BRIEF:
Retype the records below from their first line through the line containing "f 418 366 410", and include nothing else.

SUPPLIED ENTRIES:

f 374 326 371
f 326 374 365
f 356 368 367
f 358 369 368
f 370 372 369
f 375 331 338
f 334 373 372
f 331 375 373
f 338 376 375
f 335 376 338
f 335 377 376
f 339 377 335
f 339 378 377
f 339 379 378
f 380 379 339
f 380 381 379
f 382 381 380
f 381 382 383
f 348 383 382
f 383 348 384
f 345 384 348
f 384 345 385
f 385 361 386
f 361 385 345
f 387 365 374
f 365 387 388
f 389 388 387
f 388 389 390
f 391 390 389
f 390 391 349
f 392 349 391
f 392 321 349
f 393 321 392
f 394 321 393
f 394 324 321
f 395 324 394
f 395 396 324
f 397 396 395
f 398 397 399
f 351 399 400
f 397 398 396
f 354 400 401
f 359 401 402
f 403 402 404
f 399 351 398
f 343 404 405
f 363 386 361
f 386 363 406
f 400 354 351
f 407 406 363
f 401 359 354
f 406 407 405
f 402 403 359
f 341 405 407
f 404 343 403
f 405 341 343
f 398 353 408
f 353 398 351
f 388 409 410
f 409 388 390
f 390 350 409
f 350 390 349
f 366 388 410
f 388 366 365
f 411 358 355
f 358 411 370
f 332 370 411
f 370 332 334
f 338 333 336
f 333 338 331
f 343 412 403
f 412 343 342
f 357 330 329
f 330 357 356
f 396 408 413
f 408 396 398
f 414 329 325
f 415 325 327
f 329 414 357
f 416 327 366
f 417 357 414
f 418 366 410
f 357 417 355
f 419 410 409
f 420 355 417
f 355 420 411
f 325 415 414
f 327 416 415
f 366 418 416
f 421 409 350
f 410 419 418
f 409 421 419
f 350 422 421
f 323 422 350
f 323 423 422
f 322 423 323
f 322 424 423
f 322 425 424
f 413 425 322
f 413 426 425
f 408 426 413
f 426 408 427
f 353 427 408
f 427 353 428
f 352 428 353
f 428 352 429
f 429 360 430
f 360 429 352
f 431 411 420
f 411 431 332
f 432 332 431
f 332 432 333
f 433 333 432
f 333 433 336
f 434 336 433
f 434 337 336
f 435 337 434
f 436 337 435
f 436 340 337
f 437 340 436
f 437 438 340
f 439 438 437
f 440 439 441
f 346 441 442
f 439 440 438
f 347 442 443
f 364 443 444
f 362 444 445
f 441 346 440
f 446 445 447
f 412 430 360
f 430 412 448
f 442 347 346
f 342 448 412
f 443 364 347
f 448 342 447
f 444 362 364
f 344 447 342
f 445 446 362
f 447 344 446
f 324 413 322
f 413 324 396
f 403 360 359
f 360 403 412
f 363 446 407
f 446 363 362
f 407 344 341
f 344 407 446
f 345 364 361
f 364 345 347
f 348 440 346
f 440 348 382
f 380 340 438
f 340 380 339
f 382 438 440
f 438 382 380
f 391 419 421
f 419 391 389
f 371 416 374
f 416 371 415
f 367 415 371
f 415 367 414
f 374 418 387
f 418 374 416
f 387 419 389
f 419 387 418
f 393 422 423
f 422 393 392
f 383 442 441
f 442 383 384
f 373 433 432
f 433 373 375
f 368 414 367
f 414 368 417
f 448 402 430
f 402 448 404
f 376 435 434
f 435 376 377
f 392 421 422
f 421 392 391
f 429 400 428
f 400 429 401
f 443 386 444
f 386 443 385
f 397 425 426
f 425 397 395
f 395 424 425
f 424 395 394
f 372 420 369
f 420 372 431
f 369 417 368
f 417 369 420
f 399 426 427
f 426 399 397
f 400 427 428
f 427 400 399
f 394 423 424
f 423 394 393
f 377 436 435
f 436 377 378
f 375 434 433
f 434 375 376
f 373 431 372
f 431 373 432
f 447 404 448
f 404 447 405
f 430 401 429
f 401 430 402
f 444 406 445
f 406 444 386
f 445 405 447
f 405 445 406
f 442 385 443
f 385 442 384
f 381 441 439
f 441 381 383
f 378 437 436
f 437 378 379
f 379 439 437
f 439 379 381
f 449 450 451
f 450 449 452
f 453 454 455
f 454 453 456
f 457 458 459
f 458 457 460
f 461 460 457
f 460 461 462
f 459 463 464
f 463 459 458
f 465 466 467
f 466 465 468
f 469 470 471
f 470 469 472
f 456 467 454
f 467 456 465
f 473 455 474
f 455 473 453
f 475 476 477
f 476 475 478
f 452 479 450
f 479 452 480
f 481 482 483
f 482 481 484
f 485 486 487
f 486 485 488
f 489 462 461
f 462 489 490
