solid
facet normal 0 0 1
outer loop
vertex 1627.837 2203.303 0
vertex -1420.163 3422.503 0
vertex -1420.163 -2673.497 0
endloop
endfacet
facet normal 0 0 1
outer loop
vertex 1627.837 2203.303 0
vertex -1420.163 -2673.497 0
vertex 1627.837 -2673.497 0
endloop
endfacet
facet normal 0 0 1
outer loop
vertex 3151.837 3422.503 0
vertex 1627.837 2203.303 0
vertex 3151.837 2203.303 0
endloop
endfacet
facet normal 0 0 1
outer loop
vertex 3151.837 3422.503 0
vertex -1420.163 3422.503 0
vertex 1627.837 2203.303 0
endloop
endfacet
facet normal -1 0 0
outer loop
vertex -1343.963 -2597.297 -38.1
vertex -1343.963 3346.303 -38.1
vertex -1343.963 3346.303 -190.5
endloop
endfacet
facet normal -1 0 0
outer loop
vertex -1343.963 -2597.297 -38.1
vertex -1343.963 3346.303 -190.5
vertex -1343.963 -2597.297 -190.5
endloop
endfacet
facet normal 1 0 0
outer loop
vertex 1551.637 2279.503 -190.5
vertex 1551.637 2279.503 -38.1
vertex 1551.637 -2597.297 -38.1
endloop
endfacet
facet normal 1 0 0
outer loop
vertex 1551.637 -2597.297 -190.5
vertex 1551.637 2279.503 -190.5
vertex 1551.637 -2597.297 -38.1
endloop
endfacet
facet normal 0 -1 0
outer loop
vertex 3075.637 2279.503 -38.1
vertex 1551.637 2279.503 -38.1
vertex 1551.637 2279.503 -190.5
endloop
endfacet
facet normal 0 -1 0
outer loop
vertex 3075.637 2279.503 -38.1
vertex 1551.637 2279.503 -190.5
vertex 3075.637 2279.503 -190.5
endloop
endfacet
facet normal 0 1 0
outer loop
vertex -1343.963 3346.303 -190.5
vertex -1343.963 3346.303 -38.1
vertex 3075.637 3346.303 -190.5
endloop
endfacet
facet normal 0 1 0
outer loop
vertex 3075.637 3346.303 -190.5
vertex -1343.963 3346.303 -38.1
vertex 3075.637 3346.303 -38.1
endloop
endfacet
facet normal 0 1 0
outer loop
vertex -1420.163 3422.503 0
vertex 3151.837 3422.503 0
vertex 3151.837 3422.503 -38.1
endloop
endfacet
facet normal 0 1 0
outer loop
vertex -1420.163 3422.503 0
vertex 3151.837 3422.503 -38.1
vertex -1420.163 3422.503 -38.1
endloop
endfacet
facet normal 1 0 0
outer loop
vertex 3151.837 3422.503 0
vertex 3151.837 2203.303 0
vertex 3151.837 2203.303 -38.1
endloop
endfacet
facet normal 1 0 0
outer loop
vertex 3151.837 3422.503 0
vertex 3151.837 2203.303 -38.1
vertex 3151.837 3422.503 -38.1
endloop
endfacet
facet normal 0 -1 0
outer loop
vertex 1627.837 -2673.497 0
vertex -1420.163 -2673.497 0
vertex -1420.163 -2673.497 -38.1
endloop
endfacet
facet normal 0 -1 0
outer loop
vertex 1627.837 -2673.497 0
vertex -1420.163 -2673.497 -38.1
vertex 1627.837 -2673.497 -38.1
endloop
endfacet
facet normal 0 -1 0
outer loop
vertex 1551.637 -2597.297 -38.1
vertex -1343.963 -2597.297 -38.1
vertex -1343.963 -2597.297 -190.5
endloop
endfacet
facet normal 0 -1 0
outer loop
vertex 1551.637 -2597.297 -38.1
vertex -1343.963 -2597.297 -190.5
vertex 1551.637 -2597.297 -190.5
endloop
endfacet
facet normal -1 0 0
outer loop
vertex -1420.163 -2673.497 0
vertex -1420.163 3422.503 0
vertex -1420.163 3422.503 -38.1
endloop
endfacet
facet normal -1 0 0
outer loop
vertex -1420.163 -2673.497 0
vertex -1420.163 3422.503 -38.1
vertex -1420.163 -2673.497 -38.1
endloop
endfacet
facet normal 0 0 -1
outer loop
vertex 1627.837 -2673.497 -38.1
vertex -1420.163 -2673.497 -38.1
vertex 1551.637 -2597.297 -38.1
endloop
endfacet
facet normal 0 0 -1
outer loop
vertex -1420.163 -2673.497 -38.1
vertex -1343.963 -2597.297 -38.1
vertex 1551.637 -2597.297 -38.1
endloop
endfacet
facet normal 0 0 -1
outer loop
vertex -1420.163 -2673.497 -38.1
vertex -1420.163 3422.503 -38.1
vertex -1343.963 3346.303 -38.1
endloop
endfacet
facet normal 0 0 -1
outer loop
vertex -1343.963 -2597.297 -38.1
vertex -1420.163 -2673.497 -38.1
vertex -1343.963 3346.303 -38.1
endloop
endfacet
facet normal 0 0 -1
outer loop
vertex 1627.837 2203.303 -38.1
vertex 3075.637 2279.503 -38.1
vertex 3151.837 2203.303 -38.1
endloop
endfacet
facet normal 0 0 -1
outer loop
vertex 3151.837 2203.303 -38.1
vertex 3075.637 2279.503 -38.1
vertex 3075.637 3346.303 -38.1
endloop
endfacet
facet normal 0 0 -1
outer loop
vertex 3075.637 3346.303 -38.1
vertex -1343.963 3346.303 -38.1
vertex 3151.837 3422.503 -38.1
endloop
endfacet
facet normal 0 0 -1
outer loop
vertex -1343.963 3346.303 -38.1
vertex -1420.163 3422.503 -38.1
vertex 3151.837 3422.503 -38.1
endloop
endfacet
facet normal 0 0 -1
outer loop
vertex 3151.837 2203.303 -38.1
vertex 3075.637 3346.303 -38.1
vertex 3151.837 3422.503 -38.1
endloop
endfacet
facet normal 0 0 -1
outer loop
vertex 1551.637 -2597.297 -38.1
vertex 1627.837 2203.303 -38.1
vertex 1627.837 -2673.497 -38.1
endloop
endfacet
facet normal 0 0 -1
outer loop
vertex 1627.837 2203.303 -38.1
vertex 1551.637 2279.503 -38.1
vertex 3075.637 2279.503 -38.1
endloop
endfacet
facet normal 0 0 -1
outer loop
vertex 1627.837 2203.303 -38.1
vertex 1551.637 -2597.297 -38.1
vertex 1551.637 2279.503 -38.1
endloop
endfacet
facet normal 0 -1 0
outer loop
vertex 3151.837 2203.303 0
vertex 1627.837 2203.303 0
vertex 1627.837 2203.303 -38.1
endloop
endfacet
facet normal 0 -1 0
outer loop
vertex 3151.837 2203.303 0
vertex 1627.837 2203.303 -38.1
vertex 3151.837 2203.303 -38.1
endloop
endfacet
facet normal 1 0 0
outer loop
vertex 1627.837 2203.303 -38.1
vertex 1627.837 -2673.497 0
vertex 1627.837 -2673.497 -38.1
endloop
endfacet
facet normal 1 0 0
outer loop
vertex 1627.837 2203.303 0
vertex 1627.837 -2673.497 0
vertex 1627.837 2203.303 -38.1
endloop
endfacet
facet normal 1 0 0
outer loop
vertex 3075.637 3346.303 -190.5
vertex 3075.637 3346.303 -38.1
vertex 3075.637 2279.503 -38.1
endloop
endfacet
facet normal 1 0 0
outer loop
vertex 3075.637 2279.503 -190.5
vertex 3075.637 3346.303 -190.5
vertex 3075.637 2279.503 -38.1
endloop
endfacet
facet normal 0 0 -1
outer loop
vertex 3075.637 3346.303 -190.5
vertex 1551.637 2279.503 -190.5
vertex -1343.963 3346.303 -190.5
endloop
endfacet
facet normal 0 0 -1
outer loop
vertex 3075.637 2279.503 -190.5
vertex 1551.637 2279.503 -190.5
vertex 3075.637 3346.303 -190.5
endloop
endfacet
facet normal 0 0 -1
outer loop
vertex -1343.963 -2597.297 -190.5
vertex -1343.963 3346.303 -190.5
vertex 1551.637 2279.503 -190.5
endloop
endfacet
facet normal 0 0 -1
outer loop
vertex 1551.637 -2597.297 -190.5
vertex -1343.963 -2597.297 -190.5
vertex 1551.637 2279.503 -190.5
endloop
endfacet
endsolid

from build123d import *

# Parameters (mm, degrees)
F1_DEPTH = 38.1
F2_W     = 2895.6
F2_H     = 5943.6
F3_DEPTH = 152.4
F4_W     = 1524
F4_H     = 1066.8
F5_DEPTH = 152.4


with BuildPart() as f1:
    # F0 (on Top) → F1 (new body)
    with BuildSketch(Plane.XY):
        Polygon((3151.836924, 3422.502622), (-1420.163076, 3422.502622), (-1420.163076, -2673.497378), (1627.836924, -2673.497378), (1627.836924, 2203.302622), (3151.836924, 2203.302622), align=None)
    extrude(amount=-F1_DEPTH)

    # F2 (on face) → F3 (join)
    with BuildSketch(Plane(origin=(0, 0, -38.1), x_dir=(1, 0, 0), z_dir=(0, 0, -1))):
        with Locations((103.836924, -374.502622)):
            Rectangle(F2_W, F2_H)
    extrude(amount=F3_DEPTH)

    # F4 (on face) → F5 (join)
    with BuildSketch(Plane(origin=(0, 0, -38.1), x_dir=(1, 0, 0), z_dir=(0, 0, -1))):
        with Locations((2313.636924, -2812.902622)):
            Rectangle(F4_W, F4_H)
    extrude(amount=F5_DEPTH)


solid = f1.part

EXERCISE SOLUTION:
f 374 326 371
f 326 374 365
f 356 368 367
f 358 369 368
f 370 372 369
f 375 331 338
f 334 373 372
f 331 375 373
f 338 376 375
f 335 376 338
f 335 377 376
f 339 377 335
f 339 378 377
f 339 379 378
f 380 379 339
f 380 381 379
f 382 381 380
f 381 382 383
f 348 383 382
f 383 348 384
f 345 384 348
f 384 345 385
f 385 361 386
f 361 385 345
f 387 365 374
f 365 387 388
f 389 388 387
f 388 389 390
f 391 390 389
f 390 391 349
f 392 349 391
f 392 321 349
f 393 321 392
f 394 321 393
f 394 324 321
f 395 324 394
f 395 396 324
f 397 396 395
f 398 397 399
f 351 399 400
f 397 398 396
f 354 400 401
f 359 401 402
f 403 402 404
f 399 351 398
f 343 404 405
f 363 386 361
f 386 363 406
f 400 354 351
f 407 406 363
f 401 359 354
f 406 407 405
f 402 403 359
f 341 405 407
f 404 343 403
f 405 341 343
f 398 353 408
f 353 398 351
f 388 409 410
f 409 388 390
f 390 350 409
f 350 390 349
f 366 388 410
f 388 366 365
f 411 358 355
f 358 411 370
f 332 370 411
f 370 332 334
f 338 333 336
f 333 338 331
f 343 412 403
f 412 343 342
f 357 330 329
f 330 357 356
f 396 408 413
f 408 396 398
f 414 329 325
f 415 325 327
f 329 414 357
f 416 327 366
f 417 357 414
f 418 366 410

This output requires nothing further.